Start of Given entries

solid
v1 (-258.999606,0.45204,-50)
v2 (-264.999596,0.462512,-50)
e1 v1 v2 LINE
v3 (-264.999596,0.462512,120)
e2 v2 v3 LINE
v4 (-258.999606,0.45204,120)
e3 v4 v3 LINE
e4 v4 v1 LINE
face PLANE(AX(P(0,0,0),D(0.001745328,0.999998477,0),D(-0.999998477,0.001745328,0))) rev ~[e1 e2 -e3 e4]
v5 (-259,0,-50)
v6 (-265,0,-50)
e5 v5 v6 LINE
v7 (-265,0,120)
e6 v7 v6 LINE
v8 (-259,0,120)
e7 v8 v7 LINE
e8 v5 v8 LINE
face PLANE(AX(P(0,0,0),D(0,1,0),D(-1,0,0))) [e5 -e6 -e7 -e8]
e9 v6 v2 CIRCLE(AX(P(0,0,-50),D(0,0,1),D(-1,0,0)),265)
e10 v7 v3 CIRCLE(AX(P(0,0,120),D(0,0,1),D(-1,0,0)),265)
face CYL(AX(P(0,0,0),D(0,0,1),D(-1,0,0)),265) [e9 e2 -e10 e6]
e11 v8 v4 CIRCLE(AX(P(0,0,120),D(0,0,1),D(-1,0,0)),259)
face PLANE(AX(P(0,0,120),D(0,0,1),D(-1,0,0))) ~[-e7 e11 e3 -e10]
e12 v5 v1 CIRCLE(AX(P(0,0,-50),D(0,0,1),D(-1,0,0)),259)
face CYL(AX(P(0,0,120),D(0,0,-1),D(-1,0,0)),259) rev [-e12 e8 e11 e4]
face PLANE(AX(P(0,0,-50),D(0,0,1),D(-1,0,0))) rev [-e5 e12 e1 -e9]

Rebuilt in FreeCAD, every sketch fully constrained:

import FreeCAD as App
import Part
import Sketcher
from FreeCAD import Vector
Q = App.Units.Quantity


def add_polygon(sketch, points):
    """Adds a closed chain of lines whose ends are joined by coincident constraints."""
    first, n = sketch.GeometryCount, len(points)
    for a, b in zip(points, points[1:] + points[:1]):
        sketch.addGeometry(Part.LineSegment(App.Vector(*a, 0), App.Vector(*b, 0)), False)
    for i in range(n):
        sketch.addConstraint(Sketcher.Constraint("Coincident", first + i, 2, first + (i + 1) % n, 1))

doc = App.newDocument("Part")
body = doc.addObject("PartDesign::Body", "Body")

sketch1 = body.newObject("Sketcher::SketchObject", "Sketch")
sketch1.AttachmentSupport = (doc.getObject("XZ_Plane"), [""])
sketch1.MapMode = "FlatFace"
add_polygon(sketch1, [(-265, 120), (-259, 120), (-259, -50), (-265, -50)])
sketch1.addConstraint(Sketcher.Constraint("Horizontal", 0))
sketch1.addConstraint(Sketcher.Constraint("Vertical", 1))
sketch1.addConstraint(Sketcher.Constraint("Horizontal", 2))
sketch1.addConstraint(Sketcher.Constraint("Vertical", 3))
sketch1.addConstraint(Sketcher.Constraint("DistanceX", 0, 1, 0, 2, Q("6 mm")))
sketch1.addConstraint(Sketcher.Constraint("DistanceY", -1, 1, 0, 2, Q("120 mm")))
sketch1.addConstraint(Sketcher.Constraint("DistanceY", 1, 2, -1, 1, Q("50 mm")))
sketch1.addConstraint(Sketcher.Constraint("DistanceX", 0, 2, -1, 1, Q("259 mm")))
revolution = body.newObject("PartDesign::Revolution", "Revolution")
revolution.Profile = sketch1
revolution.ReferenceAxis = (sketch1, ["V_Axis"])
revolution.Angle = 359.9

doc.recompute()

End of Given entries

Work instruction: Scan the records above for the lines holding "e2 v2 v3 LINE" and "Rebuilt in FreeCAD, every". Transcribe those two and every line between them word for word, and no others.

Expected output:
e2 v2 v3 LINE
v4 (-258.999606,0.45204,120)
e3 v4 v3 LINE
e4 v4 v1 LINE
face PLANE(AX(P(0,0,0),D(0.001745328,0.999998477,0),D(-0.999998477,0.001745328,0))) rev ~[e1 e2 -e3 e4]
v5 (-259,0,-50)
v6 (-265,0,-50)
e5 v5 v6 LINE
v7 (-265,0,120)
e6 v7 v6 LINE
v8 (-259,0,120)
e7 v8 v7 LINE
e8 v5 v8 LINE
face PLANE(AX(P(0,0,0),D(0,1,0),D(-1,0,0))) [e5 -e6 -e7 -e8]
e9 v6 v2 CIRCLE(AX(P(0,0,-50),D(0,0,1),D(-1,0,0)),265)
e10 v7 v3 CIRCLE(AX(P(0,0,120),D(0,0,1),D(-1,0,0)),265)
face CYL(AX(P(0,0,0),D(0,0,1),D(-1,0,0)),265) [e9 e2 -e10 e6]
e11 v8 v4 CIRCLE(AX(P(0,0,120),D(0,0,1),D(-1,0,0)),259)
face PLANE(AX(P(0,0,120),D(0,0,1),D(-1,0,0))) ~[-e7 e11 e3 -e10]
e12 v5 v1 CIRCLE(AX(P(0,0,-50),D(0,0,1),D(-1,0,0)),259)
face CYL(AX(P(0,0,120),D(0,0,-1),D(-1,0,0)),259) rev [-e12 e8 e11 e4]
face PLANE(AX(P(0,0,-50),D(0,0,1),D(-1,0,0))) rev [-e5 e12 e1 -e9]

Rebuilt in FreeCAD, every sketch fully constrained:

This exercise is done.